STUDY MATERIAL: Begin

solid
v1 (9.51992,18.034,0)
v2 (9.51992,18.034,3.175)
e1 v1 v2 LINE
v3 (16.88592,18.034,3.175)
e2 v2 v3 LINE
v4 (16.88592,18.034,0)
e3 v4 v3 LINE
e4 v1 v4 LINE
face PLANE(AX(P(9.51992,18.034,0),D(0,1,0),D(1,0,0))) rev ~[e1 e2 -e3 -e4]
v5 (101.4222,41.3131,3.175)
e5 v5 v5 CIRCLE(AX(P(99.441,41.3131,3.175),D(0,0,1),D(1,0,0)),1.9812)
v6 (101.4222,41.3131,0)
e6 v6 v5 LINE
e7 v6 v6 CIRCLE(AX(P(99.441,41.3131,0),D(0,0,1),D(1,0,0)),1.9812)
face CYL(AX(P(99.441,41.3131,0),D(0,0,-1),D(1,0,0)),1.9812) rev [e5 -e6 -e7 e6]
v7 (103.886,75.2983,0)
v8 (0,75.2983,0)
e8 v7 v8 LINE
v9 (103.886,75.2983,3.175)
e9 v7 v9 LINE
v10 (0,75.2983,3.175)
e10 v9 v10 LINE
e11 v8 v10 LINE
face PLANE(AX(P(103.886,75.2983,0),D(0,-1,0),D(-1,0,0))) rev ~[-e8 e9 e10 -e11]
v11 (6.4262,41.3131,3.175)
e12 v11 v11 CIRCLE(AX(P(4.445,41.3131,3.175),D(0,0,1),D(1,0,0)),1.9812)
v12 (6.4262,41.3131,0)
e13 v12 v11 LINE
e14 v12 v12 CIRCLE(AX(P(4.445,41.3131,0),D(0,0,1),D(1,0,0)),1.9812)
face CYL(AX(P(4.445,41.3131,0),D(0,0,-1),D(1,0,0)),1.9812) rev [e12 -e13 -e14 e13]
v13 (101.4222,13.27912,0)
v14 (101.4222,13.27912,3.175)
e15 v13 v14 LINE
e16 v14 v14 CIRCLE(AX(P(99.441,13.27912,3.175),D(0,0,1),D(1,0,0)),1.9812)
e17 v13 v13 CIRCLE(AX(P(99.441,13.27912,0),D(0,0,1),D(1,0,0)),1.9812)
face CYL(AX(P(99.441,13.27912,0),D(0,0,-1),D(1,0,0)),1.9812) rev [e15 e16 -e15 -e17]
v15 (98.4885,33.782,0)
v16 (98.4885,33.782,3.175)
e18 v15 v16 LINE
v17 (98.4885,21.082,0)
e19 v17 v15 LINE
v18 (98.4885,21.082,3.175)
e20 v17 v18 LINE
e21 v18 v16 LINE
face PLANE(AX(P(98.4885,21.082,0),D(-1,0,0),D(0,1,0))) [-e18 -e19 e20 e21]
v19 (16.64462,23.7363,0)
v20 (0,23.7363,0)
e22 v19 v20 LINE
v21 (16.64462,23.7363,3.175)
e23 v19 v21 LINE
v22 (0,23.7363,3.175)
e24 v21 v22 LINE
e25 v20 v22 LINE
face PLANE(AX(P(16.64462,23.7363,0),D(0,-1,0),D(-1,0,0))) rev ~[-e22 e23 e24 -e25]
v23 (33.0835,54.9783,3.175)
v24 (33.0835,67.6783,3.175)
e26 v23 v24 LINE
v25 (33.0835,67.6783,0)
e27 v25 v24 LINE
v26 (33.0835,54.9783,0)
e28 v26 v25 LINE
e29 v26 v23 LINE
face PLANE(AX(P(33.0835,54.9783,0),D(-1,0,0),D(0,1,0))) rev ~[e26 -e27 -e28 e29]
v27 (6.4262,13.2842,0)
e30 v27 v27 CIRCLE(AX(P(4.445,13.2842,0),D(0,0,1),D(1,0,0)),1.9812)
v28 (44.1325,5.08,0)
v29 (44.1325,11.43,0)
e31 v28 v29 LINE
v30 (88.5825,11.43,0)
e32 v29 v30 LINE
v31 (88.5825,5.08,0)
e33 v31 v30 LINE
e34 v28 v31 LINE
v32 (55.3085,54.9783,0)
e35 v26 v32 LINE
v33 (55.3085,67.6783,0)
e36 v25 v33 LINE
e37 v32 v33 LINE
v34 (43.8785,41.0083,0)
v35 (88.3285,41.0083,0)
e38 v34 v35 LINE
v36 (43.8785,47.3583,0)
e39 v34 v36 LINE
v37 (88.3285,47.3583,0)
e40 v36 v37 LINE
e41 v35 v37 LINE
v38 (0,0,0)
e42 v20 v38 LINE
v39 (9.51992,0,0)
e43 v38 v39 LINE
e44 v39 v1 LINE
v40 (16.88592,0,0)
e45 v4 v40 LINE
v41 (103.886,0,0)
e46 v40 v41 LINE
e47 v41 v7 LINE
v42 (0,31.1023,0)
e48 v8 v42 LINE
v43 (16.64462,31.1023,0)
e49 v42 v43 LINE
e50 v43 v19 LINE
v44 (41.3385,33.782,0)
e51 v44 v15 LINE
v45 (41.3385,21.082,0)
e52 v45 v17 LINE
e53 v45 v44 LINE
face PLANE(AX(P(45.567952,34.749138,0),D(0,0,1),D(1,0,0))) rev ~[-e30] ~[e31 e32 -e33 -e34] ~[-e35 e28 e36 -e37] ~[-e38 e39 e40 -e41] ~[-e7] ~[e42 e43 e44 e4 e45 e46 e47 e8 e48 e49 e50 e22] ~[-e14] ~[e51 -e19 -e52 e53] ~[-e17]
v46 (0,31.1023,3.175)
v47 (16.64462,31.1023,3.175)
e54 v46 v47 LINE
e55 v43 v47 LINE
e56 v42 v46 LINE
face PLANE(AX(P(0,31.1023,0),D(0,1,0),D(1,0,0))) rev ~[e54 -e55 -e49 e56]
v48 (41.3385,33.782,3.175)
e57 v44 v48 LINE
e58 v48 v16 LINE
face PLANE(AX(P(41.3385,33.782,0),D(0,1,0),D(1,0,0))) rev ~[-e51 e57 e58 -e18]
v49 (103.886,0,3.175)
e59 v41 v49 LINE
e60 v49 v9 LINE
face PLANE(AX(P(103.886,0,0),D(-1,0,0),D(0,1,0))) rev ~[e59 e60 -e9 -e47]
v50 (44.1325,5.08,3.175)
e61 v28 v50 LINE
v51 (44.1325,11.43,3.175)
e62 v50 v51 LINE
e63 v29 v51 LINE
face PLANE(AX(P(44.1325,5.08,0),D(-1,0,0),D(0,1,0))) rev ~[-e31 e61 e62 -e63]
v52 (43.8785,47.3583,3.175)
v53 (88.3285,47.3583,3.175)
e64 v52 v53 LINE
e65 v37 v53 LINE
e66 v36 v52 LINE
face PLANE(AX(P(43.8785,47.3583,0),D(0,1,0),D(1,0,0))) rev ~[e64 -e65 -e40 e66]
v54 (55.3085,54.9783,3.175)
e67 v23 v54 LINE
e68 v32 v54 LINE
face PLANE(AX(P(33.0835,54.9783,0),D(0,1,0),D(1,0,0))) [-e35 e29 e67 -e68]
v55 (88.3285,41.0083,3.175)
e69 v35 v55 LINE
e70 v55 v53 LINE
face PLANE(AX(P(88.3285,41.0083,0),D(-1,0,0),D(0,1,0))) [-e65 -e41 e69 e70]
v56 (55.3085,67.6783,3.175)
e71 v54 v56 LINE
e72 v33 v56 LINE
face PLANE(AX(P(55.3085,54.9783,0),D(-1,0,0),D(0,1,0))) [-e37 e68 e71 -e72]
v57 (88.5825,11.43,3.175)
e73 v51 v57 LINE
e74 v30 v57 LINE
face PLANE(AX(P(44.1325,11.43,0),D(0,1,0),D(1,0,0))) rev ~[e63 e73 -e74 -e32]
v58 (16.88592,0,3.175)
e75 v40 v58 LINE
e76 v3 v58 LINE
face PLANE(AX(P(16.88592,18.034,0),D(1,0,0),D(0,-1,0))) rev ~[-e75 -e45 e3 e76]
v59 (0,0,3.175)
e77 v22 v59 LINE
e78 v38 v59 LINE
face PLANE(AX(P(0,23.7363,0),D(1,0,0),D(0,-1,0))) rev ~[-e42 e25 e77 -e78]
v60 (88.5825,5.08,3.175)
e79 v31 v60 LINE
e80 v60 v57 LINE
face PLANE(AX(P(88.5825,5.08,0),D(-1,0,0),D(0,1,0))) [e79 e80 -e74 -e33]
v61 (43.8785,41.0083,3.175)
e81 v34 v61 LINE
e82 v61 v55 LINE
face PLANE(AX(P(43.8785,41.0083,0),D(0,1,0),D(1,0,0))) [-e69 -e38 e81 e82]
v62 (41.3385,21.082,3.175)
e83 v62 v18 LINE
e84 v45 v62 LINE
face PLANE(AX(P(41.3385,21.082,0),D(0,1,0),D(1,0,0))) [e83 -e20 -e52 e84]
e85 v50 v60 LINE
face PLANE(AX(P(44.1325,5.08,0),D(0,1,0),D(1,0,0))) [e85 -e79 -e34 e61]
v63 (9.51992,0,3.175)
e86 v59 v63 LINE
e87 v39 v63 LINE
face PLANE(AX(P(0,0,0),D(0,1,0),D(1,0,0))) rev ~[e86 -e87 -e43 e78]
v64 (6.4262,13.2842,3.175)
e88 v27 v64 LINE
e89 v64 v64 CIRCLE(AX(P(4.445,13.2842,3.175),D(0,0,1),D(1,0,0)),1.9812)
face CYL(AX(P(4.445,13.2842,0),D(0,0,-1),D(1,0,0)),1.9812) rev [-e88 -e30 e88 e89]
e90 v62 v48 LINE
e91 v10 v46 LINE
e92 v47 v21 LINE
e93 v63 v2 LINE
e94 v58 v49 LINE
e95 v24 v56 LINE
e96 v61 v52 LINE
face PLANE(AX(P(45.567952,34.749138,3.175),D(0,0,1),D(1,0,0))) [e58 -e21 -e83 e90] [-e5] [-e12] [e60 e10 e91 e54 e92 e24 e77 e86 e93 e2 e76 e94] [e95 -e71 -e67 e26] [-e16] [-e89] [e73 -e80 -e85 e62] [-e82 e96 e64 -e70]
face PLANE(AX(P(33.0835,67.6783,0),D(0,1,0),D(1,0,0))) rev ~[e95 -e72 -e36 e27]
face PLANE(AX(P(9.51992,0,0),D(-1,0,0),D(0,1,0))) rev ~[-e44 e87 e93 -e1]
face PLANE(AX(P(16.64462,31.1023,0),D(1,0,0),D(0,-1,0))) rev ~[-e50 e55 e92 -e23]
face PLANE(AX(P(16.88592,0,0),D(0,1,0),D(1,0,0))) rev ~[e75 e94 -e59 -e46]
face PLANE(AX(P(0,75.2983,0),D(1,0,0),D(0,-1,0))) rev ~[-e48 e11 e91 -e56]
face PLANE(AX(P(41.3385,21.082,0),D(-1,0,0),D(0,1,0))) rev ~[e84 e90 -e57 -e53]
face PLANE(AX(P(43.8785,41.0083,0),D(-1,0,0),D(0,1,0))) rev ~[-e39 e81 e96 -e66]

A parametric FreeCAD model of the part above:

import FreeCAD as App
import Part
import Sketcher

V = App.Vector
Q = App.Units.Quantity


def add_polygon(sketch, points):
    """Adds a closed chain of lines whose ends are joined by coincident constraints."""
    first, n = sketch.GeometryCount, len(points)
    for a, b in zip(points, points[1:] + points[:1]):
        sketch.addGeometry(Part.LineSegment(App.Vector(*a, 0), App.Vector(*b, 0)), False)
    for i in range(n):
        sketch.addConstraint(Sketcher.Constraint("Coincident", first + i, 2, first + (i + 1) % n, 1))

doc = App.newDocument("Part")
body = doc.addObject("PartDesign::Body", "Body")

sketch1 = doc.addObject("Sketcher::SketchObject", "Sketch")
body.addObject(sketch1)
sketch1.AttachmentSupport = (doc.XY_Plane, [""])
sketch1.MapMode = "FlatFace"
add_polygon(sketch1, [(0, 23.7363), (0, 0), (9.51992, 0), (9.51992, 18.034), (16.88592, 18.034), (16.88592, 0), (103.886, 0), (103.886, 75.2983), (0, 75.2983), (0, 31.1023), (16.64462, 31.1023), (16.64462, 23.7363)])
sketch1.addGeometry(Part.Circle(V(4.445, 13.2842, 0), V(0, 0, 1), 1.9812), False)
add_polygon(sketch1, [(88.5825, 5.08), (44.1325, 5.08), (44.1325, 11.43), (88.5825, 11.43)])
sketch1.addGeometry(Part.Circle(V(99.441, 13.27912, 0), V(0, 0, 1), 1.9812), False)
add_polygon(sketch1, [(98.4885, 21.082), (41.3385, 21.082), (41.3385, 33.782), (98.4885, 33.782)])
sketch1.addGeometry(Part.Circle(V(4.445, 41.3131, 0), V(0, 0, 1), 1.9812), False)
add_polygon(sketch1, [(55.3085, 54.9783), (33.0835, 54.9783), (33.0835, 67.6783), (55.3085, 67.6783)])
add_polygon(sketch1, [(88.3285, 41.0083), (43.8785, 41.0083), (43.8785, 47.3583), (88.3285, 47.3583)])
sketch1.addGeometry(Part.Circle(V(99.441, 41.3131, 0), V(0, 0, 1), 1.9812), False)
sketch1.addConstraint(Sketcher.Constraint("Vertical", 0))
sketch1.addConstraint(Sketcher.Constraint("Horizontal", 1))
sketch1.addConstraint(Sketcher.Constraint("Vertical", 2))
sketch1.addConstraint(Sketcher.Constraint("Horizontal", 3))
sketch1.addConstraint(Sketcher.Constraint("Vertical", 4))
sketch1.addConstraint(Sketcher.Constraint("Horizontal", 5))
sketch1.addConstraint(Sketcher.Constraint("Vertical", 6))
sketch1.addConstraint(Sketcher.Constraint("Horizontal", 7))
sketch1.addConstraint(Sketcher.Constraint("Vertical", 8))
sketch1.addConstraint(Sketcher.Constraint("Horizontal", 9))
sketch1.addConstraint(Sketcher.Constraint("Vertical", 10))
sketch1.addConstraint(Sketcher.Constraint("Horizontal", 11))
sketch1.addConstraint(Sketcher.Constraint("Horizontal", 13))
sketch1.addConstraint(Sketcher.Constraint("Vertical", 14))
sketch1.addConstraint(Sketcher.Constraint("Horizontal", 15))
sketch1.addConstraint(Sketcher.Constraint("Vertical", 16))
sketch1.addConstraint(Sketcher.Constraint("Horizontal", 18))
sketch1.addConstraint(Sketcher.Constraint("Vertical", 19))
sketch1.addConstraint(Sketcher.Constraint("Horizontal", 20))
sketch1.addConstraint(Sketcher.Constraint("Vertical", 21))
sketch1.addConstraint(Sketcher.Constraint("Horizontal", 23))
sketch1.addConstraint(Sketcher.Constraint("Vertical", 24))
sketch1.addConstraint(Sketcher.Constraint("Horizontal", 25))
sketch1.addConstraint(Sketcher.Constraint("Vertical", 26))
sketch1.addConstraint(Sketcher.Constraint("Horizontal", 27))
sketch1.addConstraint(Sketcher.Constraint("Vertical", 28))
sketch1.addConstraint(Sketcher.Constraint("Horizontal", 29))
sketch1.addConstraint(Sketcher.Constraint("Vertical", 30))
sketch1.addConstraint(Sketcher.Constraint("Coincident", 0, 2, -1, 1))
sketch1.addConstraint(Sketcher.Constraint("Equal", 12, 17))
sketch1.addConstraint(Sketcher.Constraint("Equal", 17, 22))
sketch1.addConstraint(Sketcher.Constraint("Equal", 22, 31))
sketch1.addConstraint(Sketcher.Constraint("PointOnObject", 4, 2, -1))
sketch1.addConstraint(Sketcher.Constraint("PointOnObject", 7, 2, -2))
sketch1.addConstraint(Sketcher.Constraint("Horizontal", 22, 3, 31, 3))
sketch1.addConstraint(Sketcher.Constraint("Vertical", 12, 3, 22, 3))
sketch1.addConstraint(Sketcher.Constraint("Vertical", 17, 3, 31, 3))
sketch1.addConstraint(Sketcher.Constraint("Equal", 15, 27))
sketch1.addConstraint(Sketcher.Constraint("Equal", 3, 10))
sketch1.addConstraint(Sketcher.Constraint("Equal", 21, 24))
sketch1.addConstraint(Sketcher.Constraint("Equal", 16, 28))
sketch1.addConstraint(Sketcher.Constraint("Diameter", 12, Q("0.156 in")))
sketch1.addConstraint(Sketcher.Constraint("DistanceY", 19, 1, 19, 2, Q("0.5 in")))
sketch1.addConstraint(Sketcher.Constraint("DistanceX", 3, 1, 3, 2, Q("0.29 in")))
sketch1.addConstraint(Sketcher.Constraint("DistanceX", 7, 2, 7, 1, Q("4.09 in")))
sketch1.addConstraint(Sketcher.Constraint("DistanceX", 13, 2, 13, 1, Q("1.75 in")))
sketch1.addConstraint(Sketcher.Constraint("DistanceX", 18, 2, 18, 1, Q("2.25 in")))
sketch1.addConstraint(Sketcher.Constraint("DistanceY", 2, 1, 2, 2, Q("0.71 in")))
sketch1.addConstraint(Sketcher.Constraint("DistanceY", 8, 2, 8, 1, Q("1.74 in")))
sketch1.addConstraint(Sketcher.Constraint("DistanceY", 14, 1, 14, 2, Q("0.25 in")))
sketch1.addConstraint(Sketcher.Constraint("DistanceY", -1, 1, 13, 2, Q("0.2 in")))
sketch1.addConstraint(Sketcher.Constraint("DistanceY", 24, 2, 7, 2, Q("0.3 in")))
sketch1.addConstraint(Sketcher.Constraint("DistanceX", 19, 2, 27, 2, Q("0.1 in")))
sketch1.addConstraint(Sketcher.Constraint("DistanceY", 28, 2, 23, 2, Q("0.3 in")))
sketch1.addConstraint(Sketcher.Constraint("DistanceX", 26, 2, 29, 2, Q("1.3 in")))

STUDY MATERIAL: End

### BRIEF
Within the material above, extract exactly the lines that start at the line containing "e41 v35 v37 LINE" and stop after the line containing "e53 v45 v44 LINE", and only those.

### ANSWER TO THIS PROBLEM
e41 v35 v37 LINE
v38 (0,0,0)
e42 v20 v38 LINE
v39 (9.51992,0,0)
e43 v38 v39 LINE
e44 v39 v1 LINE
v40 (16.88592,0,0)
e45 v4 v40 LINE
v41 (103.886,0,0)
e46 v40 v41 LINE
e47 v41 v7 LINE
v42 (0,31.1023,0)
e48 v8 v42 LINE
v43 (16.64462,31.1023,0)
e49 v42 v43 LINE
e50 v43 v19 LINE
v44 (41.3385,33.782,0)
e51 v44 v15 LINE
v45 (41.3385,21.082,0)
e52 v45 v17 LINE
e53 v45 v44 LINE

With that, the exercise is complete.